Records from a data source
__________
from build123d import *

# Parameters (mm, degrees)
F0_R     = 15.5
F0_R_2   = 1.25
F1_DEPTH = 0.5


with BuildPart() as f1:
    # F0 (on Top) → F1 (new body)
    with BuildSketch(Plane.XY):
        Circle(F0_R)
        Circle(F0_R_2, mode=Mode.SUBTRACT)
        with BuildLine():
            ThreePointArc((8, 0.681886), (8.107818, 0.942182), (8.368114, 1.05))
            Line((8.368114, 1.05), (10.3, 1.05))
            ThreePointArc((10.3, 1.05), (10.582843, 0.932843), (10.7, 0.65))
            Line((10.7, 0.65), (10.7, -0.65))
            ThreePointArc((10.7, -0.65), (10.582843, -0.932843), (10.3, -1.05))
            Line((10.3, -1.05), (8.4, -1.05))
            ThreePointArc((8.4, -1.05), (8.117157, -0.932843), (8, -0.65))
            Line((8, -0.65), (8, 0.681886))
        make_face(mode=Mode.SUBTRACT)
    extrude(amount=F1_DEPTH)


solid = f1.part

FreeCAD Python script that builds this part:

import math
import FreeCAD as App
import Part
import Sketcher

V = App.Vector

doc = App.newDocument("Part")
body = doc.addObject("PartDesign::Body", "Body")

# Sketch on XY plane
sketch1 = doc.addObject("Sketcher::SketchObject", "Sketch")
body.addObject(sketch1)
sketch1.AttachmentSupport = (doc.XY_Plane, [""])
sketch1.MapMode = "FlatFace"
sketch1.addGeometry([
    Part.Circle(V(0, 0, 0), V(0, 0, 1), 15.5),  # 0
    Part.Circle(V(0, 0, 0), V(0, 0, 1), 1.25),  # 1
    Part.LineSegment(V(8, -0.65, 0), V(8, 0.68, 0)),  # 2
    Part.ArcOfCircle(Part.Circle(V(8.37, 0.68, 0), V(0, 0, 1), 0.37), math.radians(90), math.radians(180)),  # 3
    Part.LineSegment(V(8.37, 1.05, 0), V(10.3, 1.05, 0)),  # 4
    Part.ArcOfCircle(Part.Circle(V(10.3, 0.65, 0), V(0, 0, 1), 0.4), math.radians(0), math.radians(90)),  # 5
    Part.LineSegment(V(10.7, 0.65, 0), V(10.7, -0.65, 0)),  # 6
    Part.ArcOfCircle(Part.Circle(V(10.3, -0.65, 0), V(0, 0, 1), 0.4), math.radians(-90), math.radians(0)),  # 7
    Part.LineSegment(V(10.3, -1.05, 0), V(8.4, -1.05, 0)),  # 8
    Part.ArcOfCircle(Part.Circle(V(8.4, -0.65, 0), V(0, 0, 1), 0.4), math.radians(180), math.radians(270)),  # 9
], False)
sketch1.addConstraint([
    Sketcher.Constraint("Tangent", 2, 2, 3, 2),
    Sketcher.Constraint("Tangent", 3, 1, 4, 1),
    Sketcher.Constraint("Coincident", 4, 2, 5, 2),
    Sketcher.Constraint("Coincident", 5, 1, 6, 1),
    Sketcher.Constraint("Coincident", 6, 2, 7, 2),
    Sketcher.Constraint("Coincident", 7, 1, 8, 1),
    Sketcher.Constraint("Coincident", 8, 2, 9, 2),
    Sketcher.Constraint("Coincident", 9, 1, 2, 1),
    Sketcher.Constraint("Vertical", 2),
    Sketcher.Constraint("Horizontal", 4),
    Sketcher.Constraint("Vertical", 6),
    Sketcher.Constraint("Horizontal", 8),
    Sketcher.Constraint("Coincident", 0, 3, -1, 1),
    Sketcher.Constraint("Coincident", 1, 3, -1, 1),
    Sketcher.Constraint("Equal", 5, 7),
    Sketcher.Constraint("Equal", 7, 9),
    Sketcher.Constraint("Symmetric", 4, 2, 7, 1, -1),
    Sketcher.Constraint("Horizontal", 9, 3, 6, 2),
    Sketcher.Constraint("Horizontal", 6, 2, 9, 1),
    Sketcher.Constraint("Vertical", 7, 3, 4, 2),
    Sketcher.Constraint("Vertical", 9, 3, 8, 2),
    Sketcher.Constraint("Diameter", 0, 31.0),
    Sketcher.Constraint("Diameter", 1, 2.5),
    Sketcher.Constraint("Radius", 5, 0.399999),
    Sketcher.Constraint("DistanceX", 8, 2, 8, 1, 1.9),
    Sketcher.Constraint("DistanceY", 6, 2, 6, 1, 1.3),
    Sketcher.Constraint("DistanceX", -1, 1, 2, 2, 8.0),
    Sketcher.Constraint("DistanceY", 7, 3, 5, 3, 1.300002),
    Sketcher.Constraint("Radius", 3, 0.368114),
])
pad1 = doc.addObject("PartDesign::Pad", "Pad")
body.addObject(pad1)
pad1.Profile = sketch1
pad1.Length = 0.5

doc.recompute()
__________
INSTRUCTIONS TO FOLLOW –
Copy every line of the entries above in which "ThreePointArc" occurs.

SOLUTION TO THE EXERCISE –
            ThreePointArc((8, 0.681886), (8.107818, 0.942182), (8.368114, 1.05))
            ThreePointArc((10.3, 1.05), (10.582843, 0.932843), (10.7, 0.65))
            ThreePointArc((10.7, -0.65), (10.582843, -0.932843), (10.3, -1.05))
            ThreePointArc((8.4, -1.05), (8.117157, -0.932843), (8, -0.65))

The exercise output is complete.